(Dataset entries)

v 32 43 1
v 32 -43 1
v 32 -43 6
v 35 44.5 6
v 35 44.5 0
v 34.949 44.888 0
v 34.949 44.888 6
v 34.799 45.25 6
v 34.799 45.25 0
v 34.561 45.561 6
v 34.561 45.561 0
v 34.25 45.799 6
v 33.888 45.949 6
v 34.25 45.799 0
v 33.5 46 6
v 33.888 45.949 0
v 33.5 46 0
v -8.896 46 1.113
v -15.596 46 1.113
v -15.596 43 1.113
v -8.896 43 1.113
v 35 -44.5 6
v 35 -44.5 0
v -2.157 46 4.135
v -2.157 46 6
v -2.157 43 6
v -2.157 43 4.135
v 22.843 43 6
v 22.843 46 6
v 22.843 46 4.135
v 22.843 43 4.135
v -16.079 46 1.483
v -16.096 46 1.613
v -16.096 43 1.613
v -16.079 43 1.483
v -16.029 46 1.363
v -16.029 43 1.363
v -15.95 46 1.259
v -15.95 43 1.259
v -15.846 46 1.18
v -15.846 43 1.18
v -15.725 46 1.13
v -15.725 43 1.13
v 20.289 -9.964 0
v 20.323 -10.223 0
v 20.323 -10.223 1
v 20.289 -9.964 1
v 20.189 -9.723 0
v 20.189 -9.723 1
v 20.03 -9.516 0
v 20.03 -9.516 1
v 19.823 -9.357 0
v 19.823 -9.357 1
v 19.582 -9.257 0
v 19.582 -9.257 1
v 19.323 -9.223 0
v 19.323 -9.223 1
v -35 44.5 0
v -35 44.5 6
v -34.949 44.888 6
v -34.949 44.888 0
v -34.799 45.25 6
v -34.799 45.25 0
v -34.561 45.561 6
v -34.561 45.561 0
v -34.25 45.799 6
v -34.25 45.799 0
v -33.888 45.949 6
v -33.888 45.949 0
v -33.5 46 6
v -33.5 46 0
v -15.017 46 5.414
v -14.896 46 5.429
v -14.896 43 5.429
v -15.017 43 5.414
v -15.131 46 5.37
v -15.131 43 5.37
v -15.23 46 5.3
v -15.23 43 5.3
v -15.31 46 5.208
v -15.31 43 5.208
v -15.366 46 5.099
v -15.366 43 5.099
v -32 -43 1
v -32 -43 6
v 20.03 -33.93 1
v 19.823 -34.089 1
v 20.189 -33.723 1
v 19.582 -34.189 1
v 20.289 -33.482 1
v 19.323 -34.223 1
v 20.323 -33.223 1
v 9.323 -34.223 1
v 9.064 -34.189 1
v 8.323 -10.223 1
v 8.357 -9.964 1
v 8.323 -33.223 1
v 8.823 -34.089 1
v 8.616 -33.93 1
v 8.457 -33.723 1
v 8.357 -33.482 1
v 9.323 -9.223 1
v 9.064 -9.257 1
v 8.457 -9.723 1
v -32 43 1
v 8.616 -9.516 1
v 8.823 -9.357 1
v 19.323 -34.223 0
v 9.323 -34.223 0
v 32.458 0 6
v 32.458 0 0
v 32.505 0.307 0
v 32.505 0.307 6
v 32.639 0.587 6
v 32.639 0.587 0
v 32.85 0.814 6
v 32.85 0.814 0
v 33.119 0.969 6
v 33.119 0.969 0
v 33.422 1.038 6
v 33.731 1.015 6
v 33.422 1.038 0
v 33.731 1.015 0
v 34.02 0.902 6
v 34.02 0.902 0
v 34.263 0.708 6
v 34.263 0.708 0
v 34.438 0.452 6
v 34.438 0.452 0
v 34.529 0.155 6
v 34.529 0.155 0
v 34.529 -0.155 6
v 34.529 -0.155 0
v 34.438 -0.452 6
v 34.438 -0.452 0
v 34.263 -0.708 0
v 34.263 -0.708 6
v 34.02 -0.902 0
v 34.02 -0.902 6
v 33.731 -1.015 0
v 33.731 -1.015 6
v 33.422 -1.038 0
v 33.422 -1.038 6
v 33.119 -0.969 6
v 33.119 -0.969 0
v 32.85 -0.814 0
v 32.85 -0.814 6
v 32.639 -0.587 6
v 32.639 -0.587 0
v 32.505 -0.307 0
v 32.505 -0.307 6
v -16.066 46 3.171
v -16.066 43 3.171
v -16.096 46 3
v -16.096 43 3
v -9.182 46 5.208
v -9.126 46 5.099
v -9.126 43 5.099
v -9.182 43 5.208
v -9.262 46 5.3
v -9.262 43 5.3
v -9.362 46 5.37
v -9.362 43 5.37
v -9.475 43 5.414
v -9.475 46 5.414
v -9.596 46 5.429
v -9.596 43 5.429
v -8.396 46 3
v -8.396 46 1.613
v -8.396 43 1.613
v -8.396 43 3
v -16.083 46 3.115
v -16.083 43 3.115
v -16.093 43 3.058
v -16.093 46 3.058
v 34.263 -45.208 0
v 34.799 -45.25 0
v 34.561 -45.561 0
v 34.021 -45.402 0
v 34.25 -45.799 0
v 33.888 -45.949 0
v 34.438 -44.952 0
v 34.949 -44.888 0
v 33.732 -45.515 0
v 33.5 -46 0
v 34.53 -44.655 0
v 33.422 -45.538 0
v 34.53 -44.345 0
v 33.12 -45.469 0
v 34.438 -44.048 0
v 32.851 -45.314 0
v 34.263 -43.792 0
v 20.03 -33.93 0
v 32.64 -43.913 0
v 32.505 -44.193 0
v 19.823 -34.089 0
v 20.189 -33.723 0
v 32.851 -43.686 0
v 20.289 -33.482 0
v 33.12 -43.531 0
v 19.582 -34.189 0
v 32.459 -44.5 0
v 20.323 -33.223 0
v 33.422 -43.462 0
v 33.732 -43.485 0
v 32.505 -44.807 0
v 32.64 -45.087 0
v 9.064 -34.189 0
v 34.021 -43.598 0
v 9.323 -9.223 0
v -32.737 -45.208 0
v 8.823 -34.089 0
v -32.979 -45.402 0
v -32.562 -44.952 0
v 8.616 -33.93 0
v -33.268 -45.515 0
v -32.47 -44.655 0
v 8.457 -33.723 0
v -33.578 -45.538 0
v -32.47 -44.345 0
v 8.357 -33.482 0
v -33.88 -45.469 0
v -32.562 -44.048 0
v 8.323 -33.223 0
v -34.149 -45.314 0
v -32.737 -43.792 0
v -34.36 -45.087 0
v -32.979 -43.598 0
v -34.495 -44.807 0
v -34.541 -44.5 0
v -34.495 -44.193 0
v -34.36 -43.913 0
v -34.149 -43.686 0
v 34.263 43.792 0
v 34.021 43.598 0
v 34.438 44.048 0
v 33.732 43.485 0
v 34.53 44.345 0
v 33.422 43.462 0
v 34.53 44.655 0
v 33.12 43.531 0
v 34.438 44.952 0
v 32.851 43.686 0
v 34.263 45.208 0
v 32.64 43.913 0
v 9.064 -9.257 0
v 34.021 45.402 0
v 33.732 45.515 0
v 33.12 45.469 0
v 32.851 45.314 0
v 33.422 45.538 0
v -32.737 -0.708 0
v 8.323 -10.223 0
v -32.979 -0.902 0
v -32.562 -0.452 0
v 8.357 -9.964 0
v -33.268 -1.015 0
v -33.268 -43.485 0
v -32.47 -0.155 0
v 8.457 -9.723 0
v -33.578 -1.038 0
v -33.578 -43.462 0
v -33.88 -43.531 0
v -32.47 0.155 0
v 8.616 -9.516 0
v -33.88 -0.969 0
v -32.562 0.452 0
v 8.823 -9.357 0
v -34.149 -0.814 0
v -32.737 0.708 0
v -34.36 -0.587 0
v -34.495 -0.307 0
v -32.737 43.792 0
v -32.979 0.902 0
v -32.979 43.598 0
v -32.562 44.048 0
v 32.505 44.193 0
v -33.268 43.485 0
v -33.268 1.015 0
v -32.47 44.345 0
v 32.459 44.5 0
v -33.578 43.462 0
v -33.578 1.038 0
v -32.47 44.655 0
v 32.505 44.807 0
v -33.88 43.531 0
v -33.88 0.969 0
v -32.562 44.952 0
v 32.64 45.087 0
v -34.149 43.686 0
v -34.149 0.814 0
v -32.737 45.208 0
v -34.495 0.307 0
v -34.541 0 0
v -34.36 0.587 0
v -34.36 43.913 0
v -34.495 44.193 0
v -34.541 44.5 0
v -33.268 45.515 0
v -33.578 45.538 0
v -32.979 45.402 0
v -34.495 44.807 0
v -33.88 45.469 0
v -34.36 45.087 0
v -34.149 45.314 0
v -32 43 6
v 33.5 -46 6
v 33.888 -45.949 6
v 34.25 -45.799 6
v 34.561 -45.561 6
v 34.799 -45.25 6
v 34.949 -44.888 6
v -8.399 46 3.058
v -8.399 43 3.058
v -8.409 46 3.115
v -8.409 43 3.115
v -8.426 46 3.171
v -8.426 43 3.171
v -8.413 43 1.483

→ What you need to do
Copy out the lines above exactly, beginning at the one that contains "v -33.88 -45.469 0" and ending at the one that contains "v 32.64 43.913 0".

→ Exercise result
v -33.88 -45.469 0
v -32.562 -44.048 0
v 8.323 -33.223 0
v -34.149 -45.314 0
v -32.737 -43.792 0
v -34.36 -45.087 0
v -32.979 -43.598 0
v -34.495 -44.807 0
v -34.541 -44.5 0
v -34.495 -44.193 0
v -34.36 -43.913 0
v -34.149 -43.686 0
v 34.263 43.792 0
v 34.021 43.598 0
v 34.438 44.048 0
v 33.732 43.485 0
v 34.53 44.345 0
v 33.422 43.462 0
v 34.53 44.655 0
v 33.12 43.531 0
v 34.438 44.952 0
v 32.851 43.686 0
v 34.263 45.208 0
v 32.64 43.913 0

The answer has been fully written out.